One part of the entries below is wanted: the lines from the one containing "f 231 64 232" through the one containing "v 13.482 56.471 4". Write those out exactly and nothing else.

Start of RECORDS FOR THIS EXERCISE

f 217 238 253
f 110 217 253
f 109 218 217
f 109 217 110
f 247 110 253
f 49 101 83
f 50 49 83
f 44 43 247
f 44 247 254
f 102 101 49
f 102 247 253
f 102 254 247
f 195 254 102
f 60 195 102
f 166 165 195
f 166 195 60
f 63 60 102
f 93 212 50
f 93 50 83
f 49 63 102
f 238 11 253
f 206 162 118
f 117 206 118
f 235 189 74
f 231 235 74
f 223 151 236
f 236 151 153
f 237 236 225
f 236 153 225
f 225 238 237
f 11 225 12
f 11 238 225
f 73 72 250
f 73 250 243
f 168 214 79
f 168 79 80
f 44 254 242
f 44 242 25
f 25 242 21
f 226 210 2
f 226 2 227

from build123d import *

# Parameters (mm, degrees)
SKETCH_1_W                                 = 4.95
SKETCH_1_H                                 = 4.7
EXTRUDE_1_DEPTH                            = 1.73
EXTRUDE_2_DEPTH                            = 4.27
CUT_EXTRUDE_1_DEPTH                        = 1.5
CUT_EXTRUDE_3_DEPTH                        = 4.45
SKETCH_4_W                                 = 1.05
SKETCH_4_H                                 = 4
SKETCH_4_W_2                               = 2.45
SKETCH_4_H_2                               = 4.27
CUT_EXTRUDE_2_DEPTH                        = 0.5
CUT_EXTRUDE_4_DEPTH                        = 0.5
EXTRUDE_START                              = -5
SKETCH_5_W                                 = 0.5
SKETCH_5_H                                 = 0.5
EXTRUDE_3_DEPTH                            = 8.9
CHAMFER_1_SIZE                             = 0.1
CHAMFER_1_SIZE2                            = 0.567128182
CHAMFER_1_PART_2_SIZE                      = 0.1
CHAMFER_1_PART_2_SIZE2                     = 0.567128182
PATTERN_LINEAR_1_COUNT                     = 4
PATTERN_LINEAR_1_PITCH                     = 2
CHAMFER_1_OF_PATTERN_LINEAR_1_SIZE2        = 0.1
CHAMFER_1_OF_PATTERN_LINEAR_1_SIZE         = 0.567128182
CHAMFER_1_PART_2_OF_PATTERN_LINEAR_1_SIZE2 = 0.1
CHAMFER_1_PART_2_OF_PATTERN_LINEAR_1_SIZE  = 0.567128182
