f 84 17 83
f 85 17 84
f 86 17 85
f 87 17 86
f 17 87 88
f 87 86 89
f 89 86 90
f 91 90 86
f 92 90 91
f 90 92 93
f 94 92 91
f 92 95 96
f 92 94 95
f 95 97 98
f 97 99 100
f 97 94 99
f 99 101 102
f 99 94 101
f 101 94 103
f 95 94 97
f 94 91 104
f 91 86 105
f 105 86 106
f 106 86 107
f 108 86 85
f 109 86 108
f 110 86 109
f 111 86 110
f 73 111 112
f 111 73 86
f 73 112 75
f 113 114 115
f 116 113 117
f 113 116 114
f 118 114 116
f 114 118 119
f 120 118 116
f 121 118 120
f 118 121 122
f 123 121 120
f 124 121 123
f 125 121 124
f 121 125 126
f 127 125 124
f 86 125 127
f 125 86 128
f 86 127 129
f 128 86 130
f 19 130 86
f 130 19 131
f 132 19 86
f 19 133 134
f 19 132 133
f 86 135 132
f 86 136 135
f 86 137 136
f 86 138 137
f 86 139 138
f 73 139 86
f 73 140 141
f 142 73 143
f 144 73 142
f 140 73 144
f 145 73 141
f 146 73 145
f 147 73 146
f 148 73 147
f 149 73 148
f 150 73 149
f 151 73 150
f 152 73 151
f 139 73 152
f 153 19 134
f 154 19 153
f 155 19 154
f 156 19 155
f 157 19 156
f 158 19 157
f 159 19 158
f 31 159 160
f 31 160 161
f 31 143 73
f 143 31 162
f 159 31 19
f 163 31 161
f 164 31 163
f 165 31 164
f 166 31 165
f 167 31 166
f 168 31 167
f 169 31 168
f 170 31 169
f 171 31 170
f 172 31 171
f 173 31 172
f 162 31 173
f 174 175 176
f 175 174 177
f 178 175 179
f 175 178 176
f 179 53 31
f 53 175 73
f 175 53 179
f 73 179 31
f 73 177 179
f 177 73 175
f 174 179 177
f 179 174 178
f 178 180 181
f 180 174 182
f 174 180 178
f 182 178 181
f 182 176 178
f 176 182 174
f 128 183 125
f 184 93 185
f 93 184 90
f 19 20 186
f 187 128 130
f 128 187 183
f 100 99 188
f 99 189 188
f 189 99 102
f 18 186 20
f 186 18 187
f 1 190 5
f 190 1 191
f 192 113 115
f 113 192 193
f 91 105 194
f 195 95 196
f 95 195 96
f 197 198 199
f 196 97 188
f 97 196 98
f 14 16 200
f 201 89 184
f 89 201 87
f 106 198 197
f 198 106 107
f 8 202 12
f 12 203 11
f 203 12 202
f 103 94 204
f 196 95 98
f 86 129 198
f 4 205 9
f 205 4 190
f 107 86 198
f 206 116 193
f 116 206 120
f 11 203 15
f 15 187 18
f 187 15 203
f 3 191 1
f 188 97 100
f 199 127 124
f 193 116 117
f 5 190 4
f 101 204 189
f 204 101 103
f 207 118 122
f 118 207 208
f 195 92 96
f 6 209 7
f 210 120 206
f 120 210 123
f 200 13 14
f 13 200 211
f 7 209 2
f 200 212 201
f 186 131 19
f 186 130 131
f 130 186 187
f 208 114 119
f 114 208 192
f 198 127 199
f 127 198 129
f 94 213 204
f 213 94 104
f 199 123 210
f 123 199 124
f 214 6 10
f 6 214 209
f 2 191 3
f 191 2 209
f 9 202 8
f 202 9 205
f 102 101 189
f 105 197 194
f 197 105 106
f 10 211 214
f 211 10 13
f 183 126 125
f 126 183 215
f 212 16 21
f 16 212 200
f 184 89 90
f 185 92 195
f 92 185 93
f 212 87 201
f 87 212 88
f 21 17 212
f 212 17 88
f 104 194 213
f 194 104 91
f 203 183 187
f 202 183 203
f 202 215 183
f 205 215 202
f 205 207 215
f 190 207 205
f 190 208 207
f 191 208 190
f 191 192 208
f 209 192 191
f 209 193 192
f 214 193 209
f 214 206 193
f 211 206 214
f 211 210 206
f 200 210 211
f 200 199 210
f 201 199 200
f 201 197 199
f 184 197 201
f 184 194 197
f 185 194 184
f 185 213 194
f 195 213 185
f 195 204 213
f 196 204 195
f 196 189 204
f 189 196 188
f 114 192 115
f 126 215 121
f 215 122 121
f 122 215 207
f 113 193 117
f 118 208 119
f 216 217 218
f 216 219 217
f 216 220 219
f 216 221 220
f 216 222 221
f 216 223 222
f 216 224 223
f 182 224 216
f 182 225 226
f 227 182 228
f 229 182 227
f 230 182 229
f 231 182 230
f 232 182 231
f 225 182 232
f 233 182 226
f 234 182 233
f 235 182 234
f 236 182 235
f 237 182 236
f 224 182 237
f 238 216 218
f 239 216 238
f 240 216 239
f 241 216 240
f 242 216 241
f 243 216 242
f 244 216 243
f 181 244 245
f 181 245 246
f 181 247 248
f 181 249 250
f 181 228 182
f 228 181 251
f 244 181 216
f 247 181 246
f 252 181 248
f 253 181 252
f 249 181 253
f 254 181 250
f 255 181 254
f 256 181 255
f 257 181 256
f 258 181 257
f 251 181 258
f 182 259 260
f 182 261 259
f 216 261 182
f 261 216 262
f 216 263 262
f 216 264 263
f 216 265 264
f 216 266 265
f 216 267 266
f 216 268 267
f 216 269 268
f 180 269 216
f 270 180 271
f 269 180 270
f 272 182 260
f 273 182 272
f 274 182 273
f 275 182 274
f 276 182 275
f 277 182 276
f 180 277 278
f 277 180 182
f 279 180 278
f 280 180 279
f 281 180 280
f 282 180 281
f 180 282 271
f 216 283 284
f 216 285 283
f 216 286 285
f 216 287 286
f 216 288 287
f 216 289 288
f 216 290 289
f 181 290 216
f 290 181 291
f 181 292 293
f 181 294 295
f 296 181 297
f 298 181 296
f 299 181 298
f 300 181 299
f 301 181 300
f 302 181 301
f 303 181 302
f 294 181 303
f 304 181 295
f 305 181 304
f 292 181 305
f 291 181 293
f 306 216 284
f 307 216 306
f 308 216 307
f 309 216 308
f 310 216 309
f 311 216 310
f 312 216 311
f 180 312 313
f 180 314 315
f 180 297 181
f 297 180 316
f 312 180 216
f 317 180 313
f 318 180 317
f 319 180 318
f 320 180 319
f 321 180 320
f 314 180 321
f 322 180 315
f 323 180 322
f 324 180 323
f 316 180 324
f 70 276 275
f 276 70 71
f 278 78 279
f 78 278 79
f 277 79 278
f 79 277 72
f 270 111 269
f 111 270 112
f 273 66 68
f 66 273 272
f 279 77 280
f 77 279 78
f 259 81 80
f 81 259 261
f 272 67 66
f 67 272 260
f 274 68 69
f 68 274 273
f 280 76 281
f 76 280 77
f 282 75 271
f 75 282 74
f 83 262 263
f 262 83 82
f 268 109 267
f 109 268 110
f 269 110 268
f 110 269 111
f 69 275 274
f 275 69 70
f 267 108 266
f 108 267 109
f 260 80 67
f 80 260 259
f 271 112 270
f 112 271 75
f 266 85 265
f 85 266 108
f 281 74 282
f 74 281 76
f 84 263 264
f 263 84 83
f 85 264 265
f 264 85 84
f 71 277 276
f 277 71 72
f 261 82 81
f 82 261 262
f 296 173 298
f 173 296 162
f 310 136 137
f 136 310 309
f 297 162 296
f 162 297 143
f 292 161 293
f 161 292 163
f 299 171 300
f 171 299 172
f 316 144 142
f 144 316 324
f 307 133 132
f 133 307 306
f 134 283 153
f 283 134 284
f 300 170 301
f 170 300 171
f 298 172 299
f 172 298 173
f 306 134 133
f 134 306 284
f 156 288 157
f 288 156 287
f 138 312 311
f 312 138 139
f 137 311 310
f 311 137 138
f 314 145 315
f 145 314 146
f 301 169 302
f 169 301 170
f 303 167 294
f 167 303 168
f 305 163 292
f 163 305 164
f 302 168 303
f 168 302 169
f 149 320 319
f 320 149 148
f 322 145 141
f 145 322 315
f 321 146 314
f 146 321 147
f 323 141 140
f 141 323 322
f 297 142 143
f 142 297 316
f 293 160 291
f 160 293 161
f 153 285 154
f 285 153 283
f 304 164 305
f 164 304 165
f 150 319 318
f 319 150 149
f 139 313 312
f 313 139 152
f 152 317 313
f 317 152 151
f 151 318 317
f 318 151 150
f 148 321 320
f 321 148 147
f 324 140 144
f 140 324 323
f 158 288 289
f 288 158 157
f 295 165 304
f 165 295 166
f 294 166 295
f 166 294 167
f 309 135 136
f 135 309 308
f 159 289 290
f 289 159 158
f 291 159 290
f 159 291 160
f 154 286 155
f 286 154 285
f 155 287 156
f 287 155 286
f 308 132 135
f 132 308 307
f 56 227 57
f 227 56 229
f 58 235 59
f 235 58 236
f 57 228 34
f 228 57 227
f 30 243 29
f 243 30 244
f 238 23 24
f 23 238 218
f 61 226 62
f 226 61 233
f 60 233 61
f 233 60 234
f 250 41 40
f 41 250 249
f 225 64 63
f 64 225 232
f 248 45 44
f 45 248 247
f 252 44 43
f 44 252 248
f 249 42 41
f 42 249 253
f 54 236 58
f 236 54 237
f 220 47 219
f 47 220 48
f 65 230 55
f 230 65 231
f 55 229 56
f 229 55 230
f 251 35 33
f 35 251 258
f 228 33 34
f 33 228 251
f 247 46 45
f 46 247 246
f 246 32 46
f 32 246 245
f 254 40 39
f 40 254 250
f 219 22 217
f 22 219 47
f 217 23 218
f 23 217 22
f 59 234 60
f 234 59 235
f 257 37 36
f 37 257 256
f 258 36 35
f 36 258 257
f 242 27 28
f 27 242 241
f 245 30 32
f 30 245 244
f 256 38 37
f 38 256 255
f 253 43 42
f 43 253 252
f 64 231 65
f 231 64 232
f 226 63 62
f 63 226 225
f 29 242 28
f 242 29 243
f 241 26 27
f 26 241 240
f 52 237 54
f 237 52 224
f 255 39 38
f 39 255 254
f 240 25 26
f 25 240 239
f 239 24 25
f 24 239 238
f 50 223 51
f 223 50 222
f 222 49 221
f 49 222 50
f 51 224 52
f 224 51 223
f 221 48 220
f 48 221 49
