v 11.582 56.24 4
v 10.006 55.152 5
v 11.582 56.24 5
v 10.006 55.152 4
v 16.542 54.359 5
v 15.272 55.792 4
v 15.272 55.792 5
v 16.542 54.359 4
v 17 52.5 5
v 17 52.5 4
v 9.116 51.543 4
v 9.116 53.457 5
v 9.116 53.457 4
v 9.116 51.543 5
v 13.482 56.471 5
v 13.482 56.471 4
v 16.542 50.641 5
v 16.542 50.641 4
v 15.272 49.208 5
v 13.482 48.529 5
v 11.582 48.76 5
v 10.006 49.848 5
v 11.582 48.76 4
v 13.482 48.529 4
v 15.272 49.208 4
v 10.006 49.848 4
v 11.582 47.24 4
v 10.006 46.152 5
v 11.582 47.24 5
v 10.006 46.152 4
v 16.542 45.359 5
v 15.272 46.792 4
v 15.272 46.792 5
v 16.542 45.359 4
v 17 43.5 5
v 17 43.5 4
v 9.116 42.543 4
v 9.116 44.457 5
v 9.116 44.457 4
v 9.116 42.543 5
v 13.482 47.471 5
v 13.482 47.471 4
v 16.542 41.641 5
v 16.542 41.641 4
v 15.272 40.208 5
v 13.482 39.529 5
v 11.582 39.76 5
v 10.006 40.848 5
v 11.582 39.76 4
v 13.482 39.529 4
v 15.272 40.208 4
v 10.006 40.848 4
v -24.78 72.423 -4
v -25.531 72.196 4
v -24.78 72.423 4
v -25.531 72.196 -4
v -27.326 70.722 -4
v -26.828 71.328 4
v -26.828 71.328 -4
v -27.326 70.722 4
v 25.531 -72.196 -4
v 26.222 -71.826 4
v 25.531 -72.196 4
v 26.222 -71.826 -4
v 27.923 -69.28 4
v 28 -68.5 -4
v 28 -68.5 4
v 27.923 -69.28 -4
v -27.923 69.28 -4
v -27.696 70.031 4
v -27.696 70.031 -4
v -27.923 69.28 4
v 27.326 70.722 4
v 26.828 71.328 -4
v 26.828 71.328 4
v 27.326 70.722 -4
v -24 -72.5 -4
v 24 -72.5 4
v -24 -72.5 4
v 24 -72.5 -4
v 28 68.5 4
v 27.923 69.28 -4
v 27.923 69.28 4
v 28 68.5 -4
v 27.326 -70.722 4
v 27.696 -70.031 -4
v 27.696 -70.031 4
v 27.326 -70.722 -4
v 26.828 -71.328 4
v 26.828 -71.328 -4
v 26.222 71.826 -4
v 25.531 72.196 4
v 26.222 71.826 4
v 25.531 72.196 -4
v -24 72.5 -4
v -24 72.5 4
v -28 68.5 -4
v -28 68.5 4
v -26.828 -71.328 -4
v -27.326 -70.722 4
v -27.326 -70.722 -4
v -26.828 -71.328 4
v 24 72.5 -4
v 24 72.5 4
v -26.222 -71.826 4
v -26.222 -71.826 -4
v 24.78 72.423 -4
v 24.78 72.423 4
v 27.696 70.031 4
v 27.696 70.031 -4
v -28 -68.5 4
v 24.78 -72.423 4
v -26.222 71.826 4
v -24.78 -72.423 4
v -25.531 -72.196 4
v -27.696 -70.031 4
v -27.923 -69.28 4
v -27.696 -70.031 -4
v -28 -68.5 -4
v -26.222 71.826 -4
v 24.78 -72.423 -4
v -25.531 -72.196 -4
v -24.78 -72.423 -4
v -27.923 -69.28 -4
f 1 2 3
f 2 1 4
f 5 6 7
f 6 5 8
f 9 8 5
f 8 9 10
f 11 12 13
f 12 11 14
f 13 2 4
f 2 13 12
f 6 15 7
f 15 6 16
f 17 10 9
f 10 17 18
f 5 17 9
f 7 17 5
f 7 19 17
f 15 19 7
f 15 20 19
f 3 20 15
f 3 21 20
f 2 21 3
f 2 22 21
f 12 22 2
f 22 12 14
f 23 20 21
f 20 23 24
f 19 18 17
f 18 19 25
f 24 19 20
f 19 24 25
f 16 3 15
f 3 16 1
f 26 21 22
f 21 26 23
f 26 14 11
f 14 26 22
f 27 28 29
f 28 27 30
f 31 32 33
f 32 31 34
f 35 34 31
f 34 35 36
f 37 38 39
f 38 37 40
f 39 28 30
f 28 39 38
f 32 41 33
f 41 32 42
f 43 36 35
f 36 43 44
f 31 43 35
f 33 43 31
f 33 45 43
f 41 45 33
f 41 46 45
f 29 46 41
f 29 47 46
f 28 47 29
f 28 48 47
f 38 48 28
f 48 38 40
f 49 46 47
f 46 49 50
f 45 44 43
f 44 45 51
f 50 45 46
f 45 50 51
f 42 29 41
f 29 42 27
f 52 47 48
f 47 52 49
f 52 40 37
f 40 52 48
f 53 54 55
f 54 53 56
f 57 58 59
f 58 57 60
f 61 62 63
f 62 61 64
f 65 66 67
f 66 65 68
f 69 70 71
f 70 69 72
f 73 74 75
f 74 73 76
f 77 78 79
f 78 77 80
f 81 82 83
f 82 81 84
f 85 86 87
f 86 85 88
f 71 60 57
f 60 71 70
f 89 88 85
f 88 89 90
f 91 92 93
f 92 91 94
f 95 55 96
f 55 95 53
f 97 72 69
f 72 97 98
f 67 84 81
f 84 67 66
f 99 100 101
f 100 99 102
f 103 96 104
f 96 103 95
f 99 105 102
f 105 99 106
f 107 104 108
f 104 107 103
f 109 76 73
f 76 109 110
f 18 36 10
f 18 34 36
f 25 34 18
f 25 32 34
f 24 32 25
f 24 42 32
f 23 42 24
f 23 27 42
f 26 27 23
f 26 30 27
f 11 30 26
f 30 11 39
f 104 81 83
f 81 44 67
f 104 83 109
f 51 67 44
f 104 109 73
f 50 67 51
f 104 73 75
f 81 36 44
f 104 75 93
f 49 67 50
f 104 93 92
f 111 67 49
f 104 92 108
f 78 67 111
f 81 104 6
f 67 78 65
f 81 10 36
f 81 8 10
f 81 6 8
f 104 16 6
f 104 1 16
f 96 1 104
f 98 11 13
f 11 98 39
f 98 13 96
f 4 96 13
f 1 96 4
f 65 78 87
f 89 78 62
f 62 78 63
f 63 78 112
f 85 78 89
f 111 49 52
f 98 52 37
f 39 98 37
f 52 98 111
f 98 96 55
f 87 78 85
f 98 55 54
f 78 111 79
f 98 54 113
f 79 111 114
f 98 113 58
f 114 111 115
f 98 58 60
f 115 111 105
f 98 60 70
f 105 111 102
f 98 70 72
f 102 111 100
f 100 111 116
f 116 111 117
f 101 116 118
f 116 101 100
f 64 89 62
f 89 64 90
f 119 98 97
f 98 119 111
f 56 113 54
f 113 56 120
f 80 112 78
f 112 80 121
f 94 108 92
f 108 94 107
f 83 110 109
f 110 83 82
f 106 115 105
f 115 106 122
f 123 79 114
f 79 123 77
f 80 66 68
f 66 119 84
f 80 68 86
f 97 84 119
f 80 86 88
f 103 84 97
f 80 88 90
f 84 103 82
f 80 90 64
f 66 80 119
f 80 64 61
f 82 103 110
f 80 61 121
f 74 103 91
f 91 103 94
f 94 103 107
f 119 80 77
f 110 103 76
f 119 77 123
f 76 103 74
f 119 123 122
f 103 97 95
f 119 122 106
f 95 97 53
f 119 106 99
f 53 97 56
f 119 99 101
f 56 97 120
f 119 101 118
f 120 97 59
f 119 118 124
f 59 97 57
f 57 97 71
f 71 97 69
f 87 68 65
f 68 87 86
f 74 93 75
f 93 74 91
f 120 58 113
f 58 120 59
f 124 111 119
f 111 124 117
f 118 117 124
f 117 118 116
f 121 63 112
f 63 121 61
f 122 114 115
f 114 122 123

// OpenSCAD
echo("Работа Павла Поздеева");
len_phone = 145;
width_phone = 56;
thickness_phone = 8;
corner_round = 8;

//color("red")
//translate([0, 0, 10])
//cube([width_phone, len_phone, thickness_phone], center=true);

smartphone();

module smartphone() {
    smartphone_block();
    cameras_block();
}

module cameras_block() {
    color("blue")
    translate([width_phone/2 - 15, len_phone/2 - 20, 0])
        cylinder(d=8, h = thickness_phone/2 + 1);

    color("blue")
    translate([width_phone/2 - 15, len_phone/2 - 29, 0])
        cylinder(d=8, h = thickness_phone/2 + 1);
}

module smartphone_block() {
    hull() {
        translate([width_phone/2 - corner_round/2, len_phone/2 - corner_round/2, 0])
            cylinder(h=thickness_phone, d=corner_round, $fn=32, center=true);

        mirror([1, 0, 0])
        translate([width_phone/2 - corner_round/2, len_phone/2 - corner_round/2, 0])
            cylinder(h=thickness_phone, d=corner_round, $fn=32, center=true);

        mirror([0, 1, 0])
        translate([width_phone/2 - corner_round/2, len_phone/2 - corner_round/2, 0])
            cylinder(h=thickness_phone, d=corner_round, $fn=32, center=true);

        mirror([1, 0, 0])
        mirror([0, 1, 0])
        translate([width_phone/2 - corner_round/2, len_phone/2 - corner_round/2, 0])
            cylinder(h=thickness_phone, d=corner_round, $fn=32, center=true);
    }
}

End of RECORDS FOR THIS EXERCISE

_RESPONSE TO THIS TASK_
f 231 64 232
f 226 63 62
f 63 226 225
f 29 242 28
f 242 29 243
f 241 26 27
f 26 241 240
f 52 237 54
f 237 52 224
f 255 39 38
f 39 255 254
f 240 25 26
f 25 240 239
f 239 24 25
f 24 239 238
f 50 223 51
f 223 50 222
f 222 49 221
f 49 222 50
f 51 224 52
f 224 51 223
f 221 48 220
f 48 221 49
v 11.582 56.24 4
v 10.006 55.152 5
v 11.582 56.24 5
v 10.006 55.152 4
v 16.542 54.359 5
v 15.272 55.792 4
v 15.272 55.792 5
v 16.542 54.359 4
v 17 52.5 5
v 17 52.5 4
v 9.116 51.543 4
v 9.116 53.457 5
v 9.116 53.457 4
v 9.116 51.543 5
v 13.482 56.471 5
v 13.482 56.471 4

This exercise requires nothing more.